“I hate divorce” – Malachi 2:16

I think most of us would agree with Malachi. Divorce is a messy painful process that I wouldn’t wish on anyone. Yet, for some of us, the alternative is worse. In the present day, the Catholic Church allows people to separate and even “divorce” in the eyes of the state. You can still receive communion if you do. Remarriage, on the other hand, is a bit more complicated. That’s when you need to talk to the diocese about annulments. (https://www.buffalodiocese.org/trbl-annulment)

However, before we can apply Jesus’ teaching in our own day, we have to learn what it was like at the time. In Jewish law, a husband could divorce his wife, but she couldn’t divorce him. She also couldn’t get married again without his permission. Rabbis were split about what reasons a man must have in order to have a divorce. My bible commentary states “according to the Mishnah the school of Shammai gave it a strict interpretation as sexual misconduct on the woman’s part, whereas the school of Hillel said “Even if she spoiled a dish for him” and Rabbi Aqiba said “Even if he found another more beautiful than she is.”” (Sacra Pagina, Mark, 296) YIKES. Polygamy too, although less common in Jesus time, was still allowed. In other words, everything tilted in the favor of the husband. When he was also the one bringing in the money and she had no real dowry to offer to a second husband, there was very little justice in marriage and divorce in Jesus’ day. This is one reason Jesus speaks positively of the husband and wife as “joined,” like they are two oxen pulling a cart together. Side by side, equal. This lifts up women to the same level as men, and brings back ideas of equality that were present in “the very beginning” in Genesis.
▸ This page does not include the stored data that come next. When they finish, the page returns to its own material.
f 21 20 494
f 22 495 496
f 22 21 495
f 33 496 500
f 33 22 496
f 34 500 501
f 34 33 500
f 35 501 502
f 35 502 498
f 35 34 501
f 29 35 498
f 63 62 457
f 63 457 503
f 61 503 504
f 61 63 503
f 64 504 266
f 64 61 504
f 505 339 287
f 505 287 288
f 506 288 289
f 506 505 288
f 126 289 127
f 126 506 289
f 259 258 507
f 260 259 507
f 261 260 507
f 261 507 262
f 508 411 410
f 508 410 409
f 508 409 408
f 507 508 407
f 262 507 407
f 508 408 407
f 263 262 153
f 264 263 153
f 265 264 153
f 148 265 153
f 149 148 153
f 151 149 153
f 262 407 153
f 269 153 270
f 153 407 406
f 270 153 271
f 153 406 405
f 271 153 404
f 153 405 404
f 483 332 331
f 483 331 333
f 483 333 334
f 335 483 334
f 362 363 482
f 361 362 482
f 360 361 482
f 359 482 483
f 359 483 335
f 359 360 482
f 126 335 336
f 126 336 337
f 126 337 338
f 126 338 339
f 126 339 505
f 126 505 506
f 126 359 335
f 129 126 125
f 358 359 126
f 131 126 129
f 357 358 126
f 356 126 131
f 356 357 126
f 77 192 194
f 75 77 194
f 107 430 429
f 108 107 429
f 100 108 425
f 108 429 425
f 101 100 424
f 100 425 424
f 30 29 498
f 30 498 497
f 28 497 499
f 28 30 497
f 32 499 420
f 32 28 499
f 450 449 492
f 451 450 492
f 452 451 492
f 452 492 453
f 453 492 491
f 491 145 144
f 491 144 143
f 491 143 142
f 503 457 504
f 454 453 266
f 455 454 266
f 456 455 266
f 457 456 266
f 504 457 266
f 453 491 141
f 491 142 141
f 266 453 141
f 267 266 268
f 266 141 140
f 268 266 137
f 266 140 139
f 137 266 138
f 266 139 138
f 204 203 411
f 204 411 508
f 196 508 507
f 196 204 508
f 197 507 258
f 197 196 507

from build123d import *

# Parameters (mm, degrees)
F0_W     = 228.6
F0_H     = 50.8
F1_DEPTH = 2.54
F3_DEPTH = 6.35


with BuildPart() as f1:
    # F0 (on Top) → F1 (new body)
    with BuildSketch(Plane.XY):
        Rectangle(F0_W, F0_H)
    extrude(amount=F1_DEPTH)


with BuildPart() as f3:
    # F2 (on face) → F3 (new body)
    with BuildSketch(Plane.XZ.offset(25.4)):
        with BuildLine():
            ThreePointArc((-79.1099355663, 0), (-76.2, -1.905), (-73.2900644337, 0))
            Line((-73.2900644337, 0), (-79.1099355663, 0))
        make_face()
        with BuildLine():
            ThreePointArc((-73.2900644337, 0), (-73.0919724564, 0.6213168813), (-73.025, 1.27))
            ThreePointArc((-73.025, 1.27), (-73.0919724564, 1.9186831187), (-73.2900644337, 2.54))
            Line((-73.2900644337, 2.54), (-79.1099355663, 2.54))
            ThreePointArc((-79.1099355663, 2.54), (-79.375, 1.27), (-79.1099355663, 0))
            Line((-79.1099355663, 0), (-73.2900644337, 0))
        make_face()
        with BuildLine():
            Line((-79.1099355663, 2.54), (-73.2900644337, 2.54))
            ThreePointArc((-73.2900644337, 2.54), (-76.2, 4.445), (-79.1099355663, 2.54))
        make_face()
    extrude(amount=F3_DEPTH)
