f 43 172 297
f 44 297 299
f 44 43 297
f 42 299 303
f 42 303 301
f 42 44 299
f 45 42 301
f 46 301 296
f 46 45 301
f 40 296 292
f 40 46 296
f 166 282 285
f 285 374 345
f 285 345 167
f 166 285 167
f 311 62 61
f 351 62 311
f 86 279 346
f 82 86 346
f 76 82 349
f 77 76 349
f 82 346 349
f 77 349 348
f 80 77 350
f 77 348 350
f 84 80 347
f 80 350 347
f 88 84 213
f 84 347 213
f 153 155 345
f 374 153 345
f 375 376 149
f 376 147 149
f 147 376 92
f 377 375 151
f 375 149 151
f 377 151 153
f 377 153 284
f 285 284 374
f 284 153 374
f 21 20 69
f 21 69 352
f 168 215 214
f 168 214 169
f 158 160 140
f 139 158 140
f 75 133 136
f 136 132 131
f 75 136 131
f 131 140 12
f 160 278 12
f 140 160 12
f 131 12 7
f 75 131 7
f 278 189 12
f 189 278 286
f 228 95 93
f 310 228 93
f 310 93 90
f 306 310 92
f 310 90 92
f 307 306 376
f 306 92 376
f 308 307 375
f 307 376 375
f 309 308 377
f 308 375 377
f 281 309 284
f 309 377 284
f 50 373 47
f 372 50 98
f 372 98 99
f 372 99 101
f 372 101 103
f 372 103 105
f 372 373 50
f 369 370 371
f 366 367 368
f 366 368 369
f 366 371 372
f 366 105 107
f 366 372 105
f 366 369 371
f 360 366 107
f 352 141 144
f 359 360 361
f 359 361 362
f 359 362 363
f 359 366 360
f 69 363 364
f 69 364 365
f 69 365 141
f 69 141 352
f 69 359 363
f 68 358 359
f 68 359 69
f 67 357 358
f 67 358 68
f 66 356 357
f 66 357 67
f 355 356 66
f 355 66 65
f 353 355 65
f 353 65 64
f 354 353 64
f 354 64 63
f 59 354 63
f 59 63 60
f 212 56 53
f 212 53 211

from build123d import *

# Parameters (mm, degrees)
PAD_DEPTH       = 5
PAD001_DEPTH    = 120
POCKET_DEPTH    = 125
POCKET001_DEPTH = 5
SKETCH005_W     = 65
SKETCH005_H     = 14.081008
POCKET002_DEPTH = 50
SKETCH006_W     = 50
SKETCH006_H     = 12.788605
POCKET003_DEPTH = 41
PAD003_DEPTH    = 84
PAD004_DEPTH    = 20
As it turns out, Rome was a little better for women. In Roman culture, it was possible for a woman to divorce her husband. This is balanced, but Jesus rejects this too. He is not just putting men and women on equal footing, but encouraging peace between them, a peace that can require sacrifice from both sides.

How literally do we take this teaching? Is it an ideal goal or a divine law? Paul seems to think there are exceptions: “If the unbeliever separates, however, let him separate. The brother or sister is not bound in such cases; God has called you to peace.” (1 Cor 7: 15). We’re probably not going to solve that today. But I think it’s safe to say that for marriage to succeed as Jesus outlines it then it has to work by both spouses pulling together in unity, not with one lording it over the other.